Embracing the world

Avanthi Meduri spoke about the necessity of looking at Indian dance forms from a global perspective

January 07, 2013 05:08 pm | Updated 05:08 pm IST - Bangalore:

Scholar and dancer Avanthi Meduri

Scholar and dancer Avanthi Meduri

The highlight of Avanthi Meduri’s recent talk at the National Institute of Advanced Studies can be summarized into one sentence —the trans-nationalism of Indian performing arts. The talk revolved around two art forms: Bharatanatya and Kudiyattam. She looks at these two art forms, which can also be considered as heritage arts, from a “post-colonial and transnational framework to historicize this cultural production and develop this perspective by re-thinking Indian arts production within a global framework”.

Avanthi is a scholar, dancer and reader in dance and performance Studies,. She is also the convener of the first post graduate programme in South Asian Dance Studies launched at Roehampton University in London in 2005.

She essentially talked about how performance art forms were integrated into the global, mainly British and American, societies.

She began her talk by defining cultural globalization and transnationalisation, quoting I. Grewal. She then went on to establish the eight classical dance forms of India and how these forms were displaced, how colonial role had “devastating effects” on performing arts.

But since the 19th century, the dance forms had begun to be safeguarded, though they were also, at that time, considered ancient and associated with rituals and worship. Avanthi explained how the history of Bharatanatya was captured within its name, as it contains a reference to Bharata’s Natyashastra and also the teacher who taught Bharatam to the nation of Bharat.

It was only in the 1930s that the art form was revived as a national art form. In the 1950s, it gained legitimacy. She also showed how much of the discourse around Bharatanatya revolves around two women: Rukmini Devi Arundale and T.Balasaraswati, who took their performances abroad.

This also brought in a dynamism between travel and English commentary in the performance.
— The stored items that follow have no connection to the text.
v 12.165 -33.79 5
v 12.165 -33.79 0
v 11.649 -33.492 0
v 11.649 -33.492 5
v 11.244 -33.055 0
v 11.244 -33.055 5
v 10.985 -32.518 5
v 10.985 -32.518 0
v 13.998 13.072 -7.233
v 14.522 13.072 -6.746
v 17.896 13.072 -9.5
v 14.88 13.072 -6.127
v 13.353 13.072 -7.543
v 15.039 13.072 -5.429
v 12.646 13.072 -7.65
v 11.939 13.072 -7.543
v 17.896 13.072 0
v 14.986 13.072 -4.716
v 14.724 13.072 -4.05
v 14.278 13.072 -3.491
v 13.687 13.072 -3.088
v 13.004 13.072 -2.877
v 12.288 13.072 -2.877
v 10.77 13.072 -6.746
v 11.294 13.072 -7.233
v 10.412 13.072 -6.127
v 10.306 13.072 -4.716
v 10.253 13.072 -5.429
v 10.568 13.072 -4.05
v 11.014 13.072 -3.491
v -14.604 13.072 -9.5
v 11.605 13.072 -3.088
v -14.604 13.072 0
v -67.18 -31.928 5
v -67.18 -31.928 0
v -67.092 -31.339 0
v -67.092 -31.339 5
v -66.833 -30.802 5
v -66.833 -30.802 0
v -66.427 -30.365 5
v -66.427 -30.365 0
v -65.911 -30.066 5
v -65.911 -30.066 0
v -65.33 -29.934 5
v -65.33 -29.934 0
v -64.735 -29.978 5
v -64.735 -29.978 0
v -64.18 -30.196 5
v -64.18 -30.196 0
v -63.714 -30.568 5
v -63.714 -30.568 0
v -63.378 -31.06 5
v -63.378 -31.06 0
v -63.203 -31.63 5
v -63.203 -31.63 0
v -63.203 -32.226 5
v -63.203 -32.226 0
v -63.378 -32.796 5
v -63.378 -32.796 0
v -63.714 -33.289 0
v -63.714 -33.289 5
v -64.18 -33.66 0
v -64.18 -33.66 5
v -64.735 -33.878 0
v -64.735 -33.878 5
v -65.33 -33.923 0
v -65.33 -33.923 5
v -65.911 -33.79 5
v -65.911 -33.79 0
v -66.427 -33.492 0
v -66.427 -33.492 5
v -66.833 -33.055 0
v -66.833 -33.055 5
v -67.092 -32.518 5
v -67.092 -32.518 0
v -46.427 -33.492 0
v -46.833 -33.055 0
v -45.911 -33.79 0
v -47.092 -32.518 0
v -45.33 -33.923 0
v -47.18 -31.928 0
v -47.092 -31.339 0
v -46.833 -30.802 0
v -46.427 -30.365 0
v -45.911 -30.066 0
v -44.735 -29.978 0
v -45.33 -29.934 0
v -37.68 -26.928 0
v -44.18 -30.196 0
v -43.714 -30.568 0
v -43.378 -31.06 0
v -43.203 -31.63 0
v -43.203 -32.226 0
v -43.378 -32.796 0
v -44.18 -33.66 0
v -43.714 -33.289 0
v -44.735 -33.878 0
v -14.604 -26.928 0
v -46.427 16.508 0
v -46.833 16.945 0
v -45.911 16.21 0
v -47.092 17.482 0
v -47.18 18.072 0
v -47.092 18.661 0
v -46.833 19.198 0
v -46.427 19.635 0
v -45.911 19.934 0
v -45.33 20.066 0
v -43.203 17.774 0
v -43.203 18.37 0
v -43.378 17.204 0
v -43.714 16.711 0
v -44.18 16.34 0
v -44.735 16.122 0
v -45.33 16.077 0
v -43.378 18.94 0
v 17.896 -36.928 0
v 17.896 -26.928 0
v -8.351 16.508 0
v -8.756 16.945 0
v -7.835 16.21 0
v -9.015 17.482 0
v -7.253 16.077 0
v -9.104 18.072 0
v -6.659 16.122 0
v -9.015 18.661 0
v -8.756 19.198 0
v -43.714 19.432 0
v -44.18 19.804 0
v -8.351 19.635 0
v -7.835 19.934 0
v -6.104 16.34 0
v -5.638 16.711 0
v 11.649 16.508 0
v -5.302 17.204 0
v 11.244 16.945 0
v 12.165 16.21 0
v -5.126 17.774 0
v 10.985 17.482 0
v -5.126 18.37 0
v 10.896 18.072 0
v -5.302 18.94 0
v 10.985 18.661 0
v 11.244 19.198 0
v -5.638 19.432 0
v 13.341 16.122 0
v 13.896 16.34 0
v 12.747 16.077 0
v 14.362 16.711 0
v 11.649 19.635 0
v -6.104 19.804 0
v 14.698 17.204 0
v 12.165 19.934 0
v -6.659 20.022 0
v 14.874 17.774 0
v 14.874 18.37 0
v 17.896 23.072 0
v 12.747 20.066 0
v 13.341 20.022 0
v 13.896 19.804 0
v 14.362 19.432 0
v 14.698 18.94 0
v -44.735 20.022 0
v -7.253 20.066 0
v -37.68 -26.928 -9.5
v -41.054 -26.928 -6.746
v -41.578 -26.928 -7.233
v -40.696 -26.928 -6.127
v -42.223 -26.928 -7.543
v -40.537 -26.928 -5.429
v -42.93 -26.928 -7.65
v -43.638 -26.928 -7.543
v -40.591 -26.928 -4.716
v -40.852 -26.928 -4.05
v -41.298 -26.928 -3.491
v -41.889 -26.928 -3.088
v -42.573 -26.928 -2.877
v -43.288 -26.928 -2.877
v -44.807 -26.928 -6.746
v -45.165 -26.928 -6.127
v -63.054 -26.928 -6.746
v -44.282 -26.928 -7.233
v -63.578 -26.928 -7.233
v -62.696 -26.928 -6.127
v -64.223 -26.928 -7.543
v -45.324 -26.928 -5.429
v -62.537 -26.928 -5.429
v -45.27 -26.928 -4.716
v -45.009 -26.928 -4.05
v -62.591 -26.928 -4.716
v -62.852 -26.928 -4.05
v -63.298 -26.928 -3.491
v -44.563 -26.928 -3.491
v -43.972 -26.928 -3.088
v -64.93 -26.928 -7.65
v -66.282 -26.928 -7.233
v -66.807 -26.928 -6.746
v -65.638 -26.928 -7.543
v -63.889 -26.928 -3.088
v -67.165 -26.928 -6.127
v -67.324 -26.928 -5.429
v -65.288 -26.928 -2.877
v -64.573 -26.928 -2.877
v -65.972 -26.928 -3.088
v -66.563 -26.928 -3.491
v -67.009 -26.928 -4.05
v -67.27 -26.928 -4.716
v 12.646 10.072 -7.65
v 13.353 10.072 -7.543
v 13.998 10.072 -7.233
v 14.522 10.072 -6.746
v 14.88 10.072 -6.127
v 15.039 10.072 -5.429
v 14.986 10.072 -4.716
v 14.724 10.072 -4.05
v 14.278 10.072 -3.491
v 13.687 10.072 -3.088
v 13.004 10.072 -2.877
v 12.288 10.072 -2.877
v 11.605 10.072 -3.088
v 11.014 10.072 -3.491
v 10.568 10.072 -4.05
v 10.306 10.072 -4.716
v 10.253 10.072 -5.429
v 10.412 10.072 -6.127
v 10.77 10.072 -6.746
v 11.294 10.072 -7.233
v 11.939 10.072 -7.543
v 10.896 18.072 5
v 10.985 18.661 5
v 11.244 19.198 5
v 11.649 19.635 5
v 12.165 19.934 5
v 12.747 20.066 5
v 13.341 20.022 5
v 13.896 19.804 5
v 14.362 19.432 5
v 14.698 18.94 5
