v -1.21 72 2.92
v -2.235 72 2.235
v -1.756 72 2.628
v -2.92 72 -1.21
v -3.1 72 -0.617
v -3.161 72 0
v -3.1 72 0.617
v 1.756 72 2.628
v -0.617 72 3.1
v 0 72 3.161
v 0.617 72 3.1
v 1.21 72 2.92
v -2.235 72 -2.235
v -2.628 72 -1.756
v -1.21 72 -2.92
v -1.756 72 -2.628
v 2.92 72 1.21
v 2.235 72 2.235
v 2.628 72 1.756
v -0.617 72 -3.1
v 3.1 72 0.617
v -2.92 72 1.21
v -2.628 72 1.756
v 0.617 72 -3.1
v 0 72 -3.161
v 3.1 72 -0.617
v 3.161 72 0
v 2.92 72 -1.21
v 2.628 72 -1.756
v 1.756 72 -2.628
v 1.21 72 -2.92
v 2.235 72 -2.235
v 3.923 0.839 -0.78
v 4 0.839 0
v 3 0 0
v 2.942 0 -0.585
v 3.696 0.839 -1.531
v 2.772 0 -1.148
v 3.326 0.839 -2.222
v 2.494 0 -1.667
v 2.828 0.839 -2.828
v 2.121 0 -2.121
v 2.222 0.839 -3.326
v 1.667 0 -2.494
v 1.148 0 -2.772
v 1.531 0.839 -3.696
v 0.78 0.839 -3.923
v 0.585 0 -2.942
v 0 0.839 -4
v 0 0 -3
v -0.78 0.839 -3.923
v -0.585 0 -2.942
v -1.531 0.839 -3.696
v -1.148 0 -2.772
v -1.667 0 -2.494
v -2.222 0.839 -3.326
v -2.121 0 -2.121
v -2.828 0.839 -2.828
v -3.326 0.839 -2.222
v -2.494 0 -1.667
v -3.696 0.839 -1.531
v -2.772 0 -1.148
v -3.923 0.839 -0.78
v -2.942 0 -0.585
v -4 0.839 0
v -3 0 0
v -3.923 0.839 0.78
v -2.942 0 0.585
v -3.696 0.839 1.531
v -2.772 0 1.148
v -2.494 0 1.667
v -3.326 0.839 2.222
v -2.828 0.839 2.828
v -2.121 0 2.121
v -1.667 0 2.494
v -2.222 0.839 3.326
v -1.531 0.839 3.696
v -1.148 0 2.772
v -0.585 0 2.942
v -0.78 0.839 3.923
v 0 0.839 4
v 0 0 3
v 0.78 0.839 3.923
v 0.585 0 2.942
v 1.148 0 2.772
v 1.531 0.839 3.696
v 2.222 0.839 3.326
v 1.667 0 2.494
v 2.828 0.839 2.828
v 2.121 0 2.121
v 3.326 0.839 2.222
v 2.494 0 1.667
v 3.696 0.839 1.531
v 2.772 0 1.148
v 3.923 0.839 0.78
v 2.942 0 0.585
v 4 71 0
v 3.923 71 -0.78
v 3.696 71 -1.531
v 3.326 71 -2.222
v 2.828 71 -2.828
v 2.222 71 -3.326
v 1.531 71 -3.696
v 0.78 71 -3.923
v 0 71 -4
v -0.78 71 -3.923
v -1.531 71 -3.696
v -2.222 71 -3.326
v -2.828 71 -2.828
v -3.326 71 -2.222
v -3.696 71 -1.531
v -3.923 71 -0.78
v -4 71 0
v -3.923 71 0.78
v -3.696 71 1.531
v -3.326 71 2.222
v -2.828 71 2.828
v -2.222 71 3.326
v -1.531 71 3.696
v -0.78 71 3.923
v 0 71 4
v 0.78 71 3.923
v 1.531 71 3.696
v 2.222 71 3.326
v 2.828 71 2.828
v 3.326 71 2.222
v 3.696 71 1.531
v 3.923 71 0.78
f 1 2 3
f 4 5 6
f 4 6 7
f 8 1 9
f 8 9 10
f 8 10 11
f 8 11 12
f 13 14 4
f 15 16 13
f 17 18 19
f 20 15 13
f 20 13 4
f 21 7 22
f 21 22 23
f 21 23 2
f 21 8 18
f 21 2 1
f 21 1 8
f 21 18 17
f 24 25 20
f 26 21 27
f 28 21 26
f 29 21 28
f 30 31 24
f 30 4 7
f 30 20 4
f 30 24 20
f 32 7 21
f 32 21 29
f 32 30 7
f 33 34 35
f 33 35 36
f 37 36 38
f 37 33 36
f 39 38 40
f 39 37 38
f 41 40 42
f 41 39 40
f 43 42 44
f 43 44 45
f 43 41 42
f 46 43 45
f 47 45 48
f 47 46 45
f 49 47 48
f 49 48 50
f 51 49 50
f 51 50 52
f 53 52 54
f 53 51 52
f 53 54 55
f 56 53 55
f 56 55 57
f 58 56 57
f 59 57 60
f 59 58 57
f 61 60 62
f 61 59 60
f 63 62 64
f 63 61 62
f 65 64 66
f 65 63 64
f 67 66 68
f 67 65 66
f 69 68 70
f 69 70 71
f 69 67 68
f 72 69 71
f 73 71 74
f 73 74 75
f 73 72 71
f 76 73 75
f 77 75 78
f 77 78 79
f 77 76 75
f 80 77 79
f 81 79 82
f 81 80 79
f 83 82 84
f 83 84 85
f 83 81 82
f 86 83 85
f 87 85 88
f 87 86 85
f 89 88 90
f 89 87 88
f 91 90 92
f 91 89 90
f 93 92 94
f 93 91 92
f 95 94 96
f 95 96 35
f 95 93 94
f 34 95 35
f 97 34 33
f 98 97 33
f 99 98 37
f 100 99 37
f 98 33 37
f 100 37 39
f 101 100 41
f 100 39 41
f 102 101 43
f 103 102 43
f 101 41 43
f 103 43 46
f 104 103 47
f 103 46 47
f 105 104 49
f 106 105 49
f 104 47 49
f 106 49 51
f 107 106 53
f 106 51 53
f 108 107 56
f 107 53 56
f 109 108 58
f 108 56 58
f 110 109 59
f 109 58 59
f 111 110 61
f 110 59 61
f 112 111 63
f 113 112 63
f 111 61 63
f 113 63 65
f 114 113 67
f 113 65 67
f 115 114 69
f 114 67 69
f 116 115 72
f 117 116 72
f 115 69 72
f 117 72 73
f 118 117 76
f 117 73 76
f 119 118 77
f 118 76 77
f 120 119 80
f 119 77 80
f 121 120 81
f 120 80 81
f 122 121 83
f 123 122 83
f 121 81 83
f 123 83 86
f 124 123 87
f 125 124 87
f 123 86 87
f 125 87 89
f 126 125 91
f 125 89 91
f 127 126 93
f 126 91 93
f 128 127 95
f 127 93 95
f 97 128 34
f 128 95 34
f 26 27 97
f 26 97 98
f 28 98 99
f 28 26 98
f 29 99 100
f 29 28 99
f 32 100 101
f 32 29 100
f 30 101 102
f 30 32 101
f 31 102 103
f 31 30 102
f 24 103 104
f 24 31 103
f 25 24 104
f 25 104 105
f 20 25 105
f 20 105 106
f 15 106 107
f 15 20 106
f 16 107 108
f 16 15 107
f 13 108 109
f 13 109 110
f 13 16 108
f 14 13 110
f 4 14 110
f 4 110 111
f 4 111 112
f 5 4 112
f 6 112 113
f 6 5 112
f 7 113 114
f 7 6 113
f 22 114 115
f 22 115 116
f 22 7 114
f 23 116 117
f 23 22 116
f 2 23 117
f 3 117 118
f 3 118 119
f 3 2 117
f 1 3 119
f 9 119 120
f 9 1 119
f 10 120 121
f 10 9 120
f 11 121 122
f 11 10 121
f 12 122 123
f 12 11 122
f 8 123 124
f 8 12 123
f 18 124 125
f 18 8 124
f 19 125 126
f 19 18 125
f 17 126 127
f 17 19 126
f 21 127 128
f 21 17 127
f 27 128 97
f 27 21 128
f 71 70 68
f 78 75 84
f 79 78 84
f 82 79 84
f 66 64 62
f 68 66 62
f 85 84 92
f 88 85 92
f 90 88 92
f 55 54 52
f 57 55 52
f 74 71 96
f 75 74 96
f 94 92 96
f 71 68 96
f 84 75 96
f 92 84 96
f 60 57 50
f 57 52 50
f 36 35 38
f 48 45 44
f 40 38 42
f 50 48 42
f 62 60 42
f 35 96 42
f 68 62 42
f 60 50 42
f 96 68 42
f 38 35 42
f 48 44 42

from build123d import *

# Parameters (mm, degrees)
ESQUISSE1_R             = 4
BOSS_EXTRU_1_DEPTH      = 72
CHANFREIN1_SIZE         = 1
CHANFREIN1_SIZE2        = 0.839099631
CHANFREIN1_PART_2_SIZE  = 1
CHANFREIN1_PART_2_SIZE2 = 0.839099631


with BuildPart() as part:
    # Esquisse1 → Boss.-Extru.1 (new body)
    with BuildSketch(Plane(origin=(0, 0, 0), x_dir=(1, 0, 0), z_dir=(0, 1, 0))):
        Circle(ESQUISSE1_R)
    extrude(amount=BOSS_EXTRU_1_DEPTH)

    # Chanfrein1
    chanfrein1_edges = [part.edges().sort_by_distance(p)[0] for p in [
        (-4, 0, 0),
    ]]
    chanfrein1_side = [part.faces().sort_by_distance(p)[0] for p in [
        (0, 0, 0),
    ]]
    chamfer(chanfrein1_edges, length=CHANFREIN1_SIZE, length2=CHANFREIN1_SIZE2, reference=chanfrein1_side[0])

    # Chanfrein1 part 2
    chanfrein1_part_2_edges = [part.edges().sort_by_distance(p)[0] for p in [
        (-4, 72, 0),
    ]]
    chanfrein1_part_2_side = [part.faces().sort_by_distance(p)[0] for p in [
        (-4, 36, 0),
    ]]
    chamfer(chanfrein1_part_2_edges, length=CHANFREIN1_PART_2_SIZE, length2=CHANFREIN1_PART_2_SIZE2, reference=chanfrein1_part_2_side[0])


solid = part.part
Bharatnatya travelled to Tanjore in 1799 to Chennai in 1920, to Kalakshetra in 1930, New Delhi in 1950 and to New York and California in the 1970s.

Avanthi then drew attention to the simultaneous rise and fall of the Devadasis (temple performers) in the 18-19 centuries when their performances were translated for the benefit of the Europeans or Englishmen.She also talked of how Kudiyattam, the tradition of performing plays in Sanskrit in Kerala, was brought into the mainstream under the tradition of oral and intangible heritage by the UNESCO, aided by Adoor Gopalakrishnan’s film, which was shot in the 16 century temple theatre complex.

Now, she said, dancers who had travelled abroad set-up their own “Little India” schools which have and continue to forge links with cultural centres, like Kalakshetra, in India. Avanthi said there were about 250 Bharatanatya schools in America and over 60 schools in London and spoke of how they are now classified as South Asian art forms, after being considered ethnic forms.